◆ Exercise ◆
With the material below, print exactly the lines between the line holding "f 11 206 208" and the line holding "f 278 277 179", inclusive. Add nothing else.

◆ Material supplied ◆

^^^^^^^^^^^^^^^^

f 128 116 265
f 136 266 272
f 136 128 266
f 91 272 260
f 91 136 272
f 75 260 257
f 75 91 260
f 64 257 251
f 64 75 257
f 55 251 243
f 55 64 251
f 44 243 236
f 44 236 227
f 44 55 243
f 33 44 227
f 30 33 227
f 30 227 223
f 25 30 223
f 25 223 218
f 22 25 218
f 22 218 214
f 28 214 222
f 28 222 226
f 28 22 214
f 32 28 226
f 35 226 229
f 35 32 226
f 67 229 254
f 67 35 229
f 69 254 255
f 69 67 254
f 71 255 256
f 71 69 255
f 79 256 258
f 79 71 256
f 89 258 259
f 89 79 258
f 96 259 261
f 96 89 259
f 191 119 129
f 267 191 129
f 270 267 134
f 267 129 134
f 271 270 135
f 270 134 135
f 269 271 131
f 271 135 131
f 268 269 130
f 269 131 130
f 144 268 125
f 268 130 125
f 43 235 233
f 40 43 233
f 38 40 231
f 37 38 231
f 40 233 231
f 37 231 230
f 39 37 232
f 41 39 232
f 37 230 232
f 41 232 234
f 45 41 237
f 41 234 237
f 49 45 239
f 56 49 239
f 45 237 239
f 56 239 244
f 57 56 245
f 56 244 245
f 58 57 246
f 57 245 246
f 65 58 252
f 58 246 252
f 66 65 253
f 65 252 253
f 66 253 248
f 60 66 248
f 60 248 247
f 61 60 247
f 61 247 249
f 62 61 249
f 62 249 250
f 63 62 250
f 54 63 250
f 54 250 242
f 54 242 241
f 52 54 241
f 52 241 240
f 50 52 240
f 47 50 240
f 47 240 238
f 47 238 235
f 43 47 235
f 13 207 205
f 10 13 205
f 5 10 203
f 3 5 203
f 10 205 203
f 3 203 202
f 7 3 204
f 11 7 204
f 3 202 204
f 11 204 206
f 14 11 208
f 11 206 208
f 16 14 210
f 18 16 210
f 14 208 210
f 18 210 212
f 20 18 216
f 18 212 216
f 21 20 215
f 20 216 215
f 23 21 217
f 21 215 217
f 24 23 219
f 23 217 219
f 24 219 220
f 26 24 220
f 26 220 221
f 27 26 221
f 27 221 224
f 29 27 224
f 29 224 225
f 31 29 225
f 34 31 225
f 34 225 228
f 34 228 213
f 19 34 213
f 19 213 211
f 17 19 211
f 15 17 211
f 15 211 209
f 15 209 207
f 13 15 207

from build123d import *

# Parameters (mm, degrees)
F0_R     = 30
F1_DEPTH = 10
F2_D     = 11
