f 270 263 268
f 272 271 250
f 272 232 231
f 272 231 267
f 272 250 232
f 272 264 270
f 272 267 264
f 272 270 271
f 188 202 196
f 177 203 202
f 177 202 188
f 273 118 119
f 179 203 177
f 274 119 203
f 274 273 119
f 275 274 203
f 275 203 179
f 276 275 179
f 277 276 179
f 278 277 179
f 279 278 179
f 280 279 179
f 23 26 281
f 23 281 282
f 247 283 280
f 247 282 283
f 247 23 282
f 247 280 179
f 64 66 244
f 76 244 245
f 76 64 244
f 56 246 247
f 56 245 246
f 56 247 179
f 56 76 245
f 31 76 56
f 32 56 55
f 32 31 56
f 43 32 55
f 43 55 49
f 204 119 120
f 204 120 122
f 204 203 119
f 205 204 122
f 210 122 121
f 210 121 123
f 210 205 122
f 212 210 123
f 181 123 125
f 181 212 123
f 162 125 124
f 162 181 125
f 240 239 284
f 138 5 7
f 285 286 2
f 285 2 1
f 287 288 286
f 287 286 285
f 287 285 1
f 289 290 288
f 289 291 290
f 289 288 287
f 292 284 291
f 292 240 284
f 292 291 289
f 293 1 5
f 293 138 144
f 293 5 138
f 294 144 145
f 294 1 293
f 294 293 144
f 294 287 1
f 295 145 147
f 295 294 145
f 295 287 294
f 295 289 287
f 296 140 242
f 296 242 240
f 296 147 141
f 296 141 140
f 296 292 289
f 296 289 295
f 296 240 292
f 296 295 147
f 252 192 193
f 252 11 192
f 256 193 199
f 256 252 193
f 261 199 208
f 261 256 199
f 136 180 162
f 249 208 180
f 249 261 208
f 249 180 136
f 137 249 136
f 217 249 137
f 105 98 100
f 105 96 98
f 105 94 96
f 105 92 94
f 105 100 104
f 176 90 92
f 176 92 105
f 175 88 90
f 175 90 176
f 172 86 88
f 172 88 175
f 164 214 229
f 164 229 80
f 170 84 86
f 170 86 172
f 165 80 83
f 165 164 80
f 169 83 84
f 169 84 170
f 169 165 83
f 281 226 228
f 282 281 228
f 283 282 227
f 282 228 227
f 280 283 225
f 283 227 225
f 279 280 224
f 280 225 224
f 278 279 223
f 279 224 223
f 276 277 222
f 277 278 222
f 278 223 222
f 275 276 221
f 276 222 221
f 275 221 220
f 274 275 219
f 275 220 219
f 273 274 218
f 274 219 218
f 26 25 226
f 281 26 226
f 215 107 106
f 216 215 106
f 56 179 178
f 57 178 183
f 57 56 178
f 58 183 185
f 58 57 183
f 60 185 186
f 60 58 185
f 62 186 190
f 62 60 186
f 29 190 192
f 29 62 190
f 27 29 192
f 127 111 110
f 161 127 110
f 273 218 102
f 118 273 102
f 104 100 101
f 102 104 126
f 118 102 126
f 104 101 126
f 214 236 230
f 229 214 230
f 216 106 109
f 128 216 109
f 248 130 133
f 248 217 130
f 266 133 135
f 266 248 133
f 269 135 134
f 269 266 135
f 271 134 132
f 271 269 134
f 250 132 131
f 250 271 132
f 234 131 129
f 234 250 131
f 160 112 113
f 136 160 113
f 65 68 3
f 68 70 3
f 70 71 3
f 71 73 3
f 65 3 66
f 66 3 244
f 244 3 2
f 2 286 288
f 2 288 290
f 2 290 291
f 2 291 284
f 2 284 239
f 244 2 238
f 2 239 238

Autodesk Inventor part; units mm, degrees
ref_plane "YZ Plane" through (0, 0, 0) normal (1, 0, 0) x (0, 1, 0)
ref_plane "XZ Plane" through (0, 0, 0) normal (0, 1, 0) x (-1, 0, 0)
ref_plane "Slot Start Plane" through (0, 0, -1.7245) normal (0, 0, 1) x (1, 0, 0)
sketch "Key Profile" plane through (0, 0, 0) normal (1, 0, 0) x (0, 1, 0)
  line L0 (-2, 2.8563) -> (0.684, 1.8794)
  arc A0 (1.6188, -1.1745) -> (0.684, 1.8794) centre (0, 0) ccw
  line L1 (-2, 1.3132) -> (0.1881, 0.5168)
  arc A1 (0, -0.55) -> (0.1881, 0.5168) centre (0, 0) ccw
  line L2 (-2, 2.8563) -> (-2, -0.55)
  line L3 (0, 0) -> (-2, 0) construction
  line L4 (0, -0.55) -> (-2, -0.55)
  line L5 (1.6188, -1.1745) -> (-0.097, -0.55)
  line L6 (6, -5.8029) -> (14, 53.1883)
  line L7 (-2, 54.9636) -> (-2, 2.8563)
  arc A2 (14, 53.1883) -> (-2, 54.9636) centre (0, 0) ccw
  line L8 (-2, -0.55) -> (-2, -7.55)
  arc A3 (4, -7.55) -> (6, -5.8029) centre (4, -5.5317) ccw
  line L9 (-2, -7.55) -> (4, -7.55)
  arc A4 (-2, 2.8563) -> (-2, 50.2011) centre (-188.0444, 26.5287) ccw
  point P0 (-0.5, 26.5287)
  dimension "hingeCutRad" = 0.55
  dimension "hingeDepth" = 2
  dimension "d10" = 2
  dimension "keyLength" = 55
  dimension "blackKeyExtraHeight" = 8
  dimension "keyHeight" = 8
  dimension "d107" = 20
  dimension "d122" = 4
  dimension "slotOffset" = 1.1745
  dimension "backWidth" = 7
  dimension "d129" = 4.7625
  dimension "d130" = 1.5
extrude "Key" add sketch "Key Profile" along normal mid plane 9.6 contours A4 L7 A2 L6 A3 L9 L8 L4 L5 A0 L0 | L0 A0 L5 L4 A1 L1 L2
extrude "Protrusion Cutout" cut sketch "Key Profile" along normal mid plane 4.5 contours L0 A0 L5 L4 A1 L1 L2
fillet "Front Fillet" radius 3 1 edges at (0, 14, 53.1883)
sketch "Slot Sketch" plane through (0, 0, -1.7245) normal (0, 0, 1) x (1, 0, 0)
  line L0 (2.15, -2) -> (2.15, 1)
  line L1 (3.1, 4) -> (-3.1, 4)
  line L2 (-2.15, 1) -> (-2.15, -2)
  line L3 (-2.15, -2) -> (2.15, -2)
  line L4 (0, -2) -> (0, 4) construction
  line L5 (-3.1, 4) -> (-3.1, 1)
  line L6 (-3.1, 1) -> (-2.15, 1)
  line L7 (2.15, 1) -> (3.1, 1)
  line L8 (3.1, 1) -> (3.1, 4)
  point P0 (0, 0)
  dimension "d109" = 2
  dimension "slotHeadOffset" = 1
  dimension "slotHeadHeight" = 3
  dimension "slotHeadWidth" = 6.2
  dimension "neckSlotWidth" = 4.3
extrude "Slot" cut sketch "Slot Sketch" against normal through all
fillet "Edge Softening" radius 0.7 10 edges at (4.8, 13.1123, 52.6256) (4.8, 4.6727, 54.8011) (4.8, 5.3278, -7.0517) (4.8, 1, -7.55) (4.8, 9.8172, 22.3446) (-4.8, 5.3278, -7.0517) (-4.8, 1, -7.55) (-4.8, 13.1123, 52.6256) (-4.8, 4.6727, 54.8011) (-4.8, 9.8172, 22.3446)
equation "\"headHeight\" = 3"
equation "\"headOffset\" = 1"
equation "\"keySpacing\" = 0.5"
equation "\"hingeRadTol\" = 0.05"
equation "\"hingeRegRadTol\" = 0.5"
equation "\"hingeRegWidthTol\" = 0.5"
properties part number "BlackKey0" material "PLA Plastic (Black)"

^^^^^^^^^^^^^^^^

◆ Written answer ◆
f 11 206 208
f 16 14 210
f 18 16 210
f 14 208 210
f 18 210 212
f 20 18 216
f 18 212 216
f 21 20 215
f 20 216 215
f 23 21 217
f 21 215 217
f 24 23 219
f 23 217 219
f 24 219 220
f 26 24 220
f 26 220 221
f 27 26 221
f 27 221 224
f 29 27 224
f 29 224 225
f 31 29 225
f 34 31 225
f 34 225 228
f 34 228 213
f 19 34 213
f 19 213 211
f 17 19 211
f 15 17 211
f 15 211 209
f 15 209 207
f 13 15 207

from build123d import *

# Parameters (mm, degrees)
F0_R     = 30
F1_DEPTH = 10
F2_D     = 11
f 270 263 268
f 272 271 250
f 272 232 231
f 272 231 267
f 272 250 232
f 272 264 270
f 272 267 264
f 272 270 271
f 188 202 196
f 177 203 202
f 177 202 188
f 273 118 119
f 179 203 177
f 274 119 203
f 274 273 119
f 275 274 203
f 275 203 179
f 276 275 179
f 277 276 179
f 278 277 179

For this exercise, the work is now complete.